One thing I could do is match everything that's not a close bracket. I'm not sure if that's the intended way to resolve this particular kind of ambiguity (first time using a lalr parser). I'm also not sure if ;HA[My free text ]]]]
is a valid file that should have contents of My free text ]]]
. But if it were a valid file, this workaround wouldn't work.
And also, that didn't seem to work:
PropValue = r"\[" <r"[^\]]"> r"\]";
Fails to parse and I can't decipher exactly where.
thread 'core::sgf_replays::game189_has_6_handicap' panicked at 'called `Result::unwrap()` on an `Err` value: UnrecognizedToken { token: Some((7, Token(0, "9"), 8)), expected: ["r#\"\\\\]\"#"] }', libcore/result.rs:945:5
note: Some details are omitted, run with `RUST_BACKTRACE=full` for a verbose backtrace.
stack backtrace:
0: std::sys::unix::backtrace::tracing::imp::unwind_backtrace
at libstd/sys/unix/backtrace/tracing/gcc_s.rs:49
1: std::sys_common::backtrace::print
at libstd/sys_common/backtrace.rs:71
at libstd/sys_common/backtrace.rs:59
2: std::panicking::default_hook::{{closure}}
at libstd/panicking.rs:380
3: std::panicking::default_hook
at libstd/panicking.rs:390
4: std::panicking::rust_panic_with_hook
at libstd/panicking.rs:576
5: std::panicking::begin_panic
at libstd/panicking.rs:537
6: std::panicking::begin_panic_fmt
at libstd/panicking.rs:521
7: rust_begin_unwind
at libstd/panicking.rs:497
8: core::panicking::panic_fmt
at libcore/panicking.rs:71
9: core::result::unwrap_failed
at /checkout/src/libcore/macros.rs:23
10: <core::result::Result<T, E>>::unwrap
at /checkout/src/libcore/result.rs:782
11: seraph::core::sgf_replays::game189_has_6_handicap
at src/core/mod.rs:612
12: <F as alloc::boxed::FnBox<A>>::call_box
at libtest/lib.rs:1453
at /checkout/src/libcore/ops/function.rs:223
at /checkout/src/liballoc/boxed.rs:788
13: __rust_maybe_catch_panic
at libpanic_unwind/lib.rs:102
And for completeness, here is the .lalrpop
use std::str::FromStr;
use gosgf::*;
use std::collections::HashMap;
grammar;
pub Collection: GoCollection = <GameTree*>;
match {
r"\(",
r"\)",
r";" ,
r"\[",
r"\]",
r"[A-Z]+",
}
else {
r"[^\]]",
}
GameTree: GameTree = {
r"\(" <sequence: Sequence> <children: GameTree*> r"\)" => {
let komi = f64::from_str(sequence[0].properties.get("KM").unwrap_or(&"0.0".to_owned())).unwrap();
let size = usize::from_str(sequence[0].properties.get("SZ").unwrap_or(&"19".to_owned())).unwrap();
let handicap;
{
let mut handistr = String::from("0");
for node in &sequence {
if let Some(ha) = node.properties.get("HA") {
handistr = ha.to_string();
break;
}
}
handicap = usize::from_str(&handistr).unwrap();
}
GameTree {
komi,
size,
handicap,
sequence,
children,
}
}
};
Sequence = <Node+>;
Node: Node = {
r";" <pairs: Property+> => {
let mut properties : HashMap<String, String> = HashMap::new();
for (k, v) in pairs {
properties.insert(k, v);
}
Node { properties }
}
};
Property: (String, String) = {
<k: PropIdent> <v: PropValue> => (k.to_string(), v.to_string())
};
PropIdent = <r"[A-Z]+">;
PropValue = r"\[" <r".*"> r"\]";
Here's one answer that I came up with.
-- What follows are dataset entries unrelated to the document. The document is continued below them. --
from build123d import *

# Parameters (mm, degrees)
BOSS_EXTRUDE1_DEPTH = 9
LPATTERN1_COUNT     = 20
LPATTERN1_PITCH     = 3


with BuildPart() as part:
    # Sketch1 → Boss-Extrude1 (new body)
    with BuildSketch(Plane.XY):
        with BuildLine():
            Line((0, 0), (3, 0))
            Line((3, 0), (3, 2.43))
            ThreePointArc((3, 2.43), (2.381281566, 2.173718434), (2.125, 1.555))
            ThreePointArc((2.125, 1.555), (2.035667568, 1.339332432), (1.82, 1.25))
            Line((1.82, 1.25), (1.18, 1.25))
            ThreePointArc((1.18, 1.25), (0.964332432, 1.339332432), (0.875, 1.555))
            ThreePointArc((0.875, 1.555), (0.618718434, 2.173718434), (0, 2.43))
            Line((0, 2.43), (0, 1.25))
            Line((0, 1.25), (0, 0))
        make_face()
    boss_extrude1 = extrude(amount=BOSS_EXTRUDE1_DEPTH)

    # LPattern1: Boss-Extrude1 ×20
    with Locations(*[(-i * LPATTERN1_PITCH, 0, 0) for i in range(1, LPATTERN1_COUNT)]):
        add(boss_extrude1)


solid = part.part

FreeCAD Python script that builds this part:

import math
import FreeCAD as App
import Part
import Sketcher
Q = App.Units.Quantity

doc = App.newDocument("Part")
body = doc.addObject("PartDesign::Body", "Body")

# Sketch on XY plane
sketch1 = body.newObject("Sketcher::SketchObject", "Sketch")
sketch1.AttachmentSupport = (doc.getObject("XY_Plane"), [""])
sketch1.MapMode = "FlatFace"
sketch1.addGeometry([
    Part.LineSegment(App.Vector(0, 0, 0), App.Vector(3, 0, 0)),  # 0
    Part.LineSegment(App.Vector(3, 0, 0), App.Vector(3, 2.43, 0)),  # 1
    Part.ArcOfCircle(Part.Circle(App.Vector(3, 1.555, 0), App.Vector(0, 0, 1), 0.875), math.radians(90), math.radians(180)),  # 2
    Part.ArcOfCircle(Part.Circle(App.Vector(1.82, 1.555, 0), App.Vector(0, 0, 1), 0.305), math.radians(-90), math.radians(0)),  # 3
    Part.LineSegment(App.Vector(1.82, 1.25, 0), App.Vector(1.18, 1.25, 0)),  # 4
    Part.ArcOfCircle(Part.Circle(App.Vector(1.18, 1.555, 0), App.Vector(0, 0, 1), 0.305), math.radians(-180), math.radians(-90)),  # 5
    Part.ArcOfCircle(Part.Circle(App.Vector(0, 1.555, 0), App.Vector(0, 0, 1), 0.875), math.radians(0), math.radians(90)),  # 6
    Part.LineSegment(App.Vector(0, 2.43, 0), App.Vector(0, 0, 0)),  # 7
], False)
sketch1.addConstraint([
    Sketcher.Constraint("Coincident", 0, 2, 1, 1),
    Sketcher.Constraint("Coincident", 1, 2, 2, 1),
    Sketcher.Constraint("Tangent", 2, 2, 3, 2),
    Sketcher.Constraint("Tangent", 3, 1, 4, 1),
    Sketcher.Constraint("Tangent", 4, 2, 5, 2),
    Sketcher.Constraint("Tangent", 5, 1, 6, 1),
    Sketcher.Constraint("Coincident", 6, 2, 7, 1),
    Sketcher.Constraint("Coincident", 7, 2, 0, 1),
    Sketcher.Constraint("Horizontal", 0),
    Sketcher.Constraint("Vertical", 1),
    Sketcher.Constraint("Horizontal", 4),
    Sketcher.Constraint("Vertical", 7),
    Sketcher.Constraint("Coincident", 7, 2, -1, 1),
    Sketcher.Constraint("Equal", 3, 5),
    Sketcher.Constraint("Equal", 2, 6),
    Sketcher.Constraint("PointOnObject", 6, 3, -2),
    Sketcher.Constraint("Horizontal", 2, 3, 3, 3),
    Sketcher.Constraint("Horizontal", 5, 3, 6, 3),
    Sketcher.Constraint("Vertical", 2, 3, 0, 2),
    Sketcher.Constraint("DistanceX", 0, 1, 0, 2, Q("3 mm")),
    Sketcher.Constraint("Radius", 2, Q("0.875 mm")),
    Sketcher.Constraint("Radius", 3, Q("0.305 mm")),
    Sketcher.Constraint("DistanceY", 1, 1, 1, 2, Q("2.43 mm")),
])
pad1 = body.newObject("PartDesign::Pad", "Pad")
pad1.Profile = sketch1
pad1.Length = 9
doc.recompute()

linearpattern = body.newObject("PartDesign::LinearPattern", "LinearPattern")
linearpattern.Originals = [pad1]
linearpattern.Direction = (doc.getObject("X_Axis"), [""])
linearpattern.Mode = "offset"
linearpattern.Offset = 3
linearpattern.Occurrences = 20
linearpattern.Reversed = True
body.Tip = linearpattern

doc.recompute()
I dropped the multiple individual terminals and combined them all into one big terminal using the [^\]]
trick.
Property: (String, String) = {
<r"[A-Z]+\[[^\]]*\]"> => {
lazy_static! {
static ref RE : regex::Regex = regex::Regex::new(r"([A-Z]+)\[([^\]]*)\]").unwrap();
}
let cap = RE.captures(<>).unwrap();
let k = &cap[1];
let v = &cap[2];
(k.to_string(), v.to_string())
}
};
Not going to accept this answer yet because I'm not sure that this is the most elegant solution given the available tools, and I'm also wondering if it's possible to create a rule that parses
`;HA[My Text]]QB[[Nested]]`
As two properties with
("HA", "My Text]")
and ("QB", "[Nested]")
as the outcomes, or if this kind of expression is impossible to parse with a lalr(1) parser.
Edit: even though Stefan points out that valid SGF 4 files will have their close brackets escaped, I just want to know if this is possible. I'm beginning to doubt that it is, since once can never know whether a bracket is part of the text or the end of a property without looking past that property to the next thing.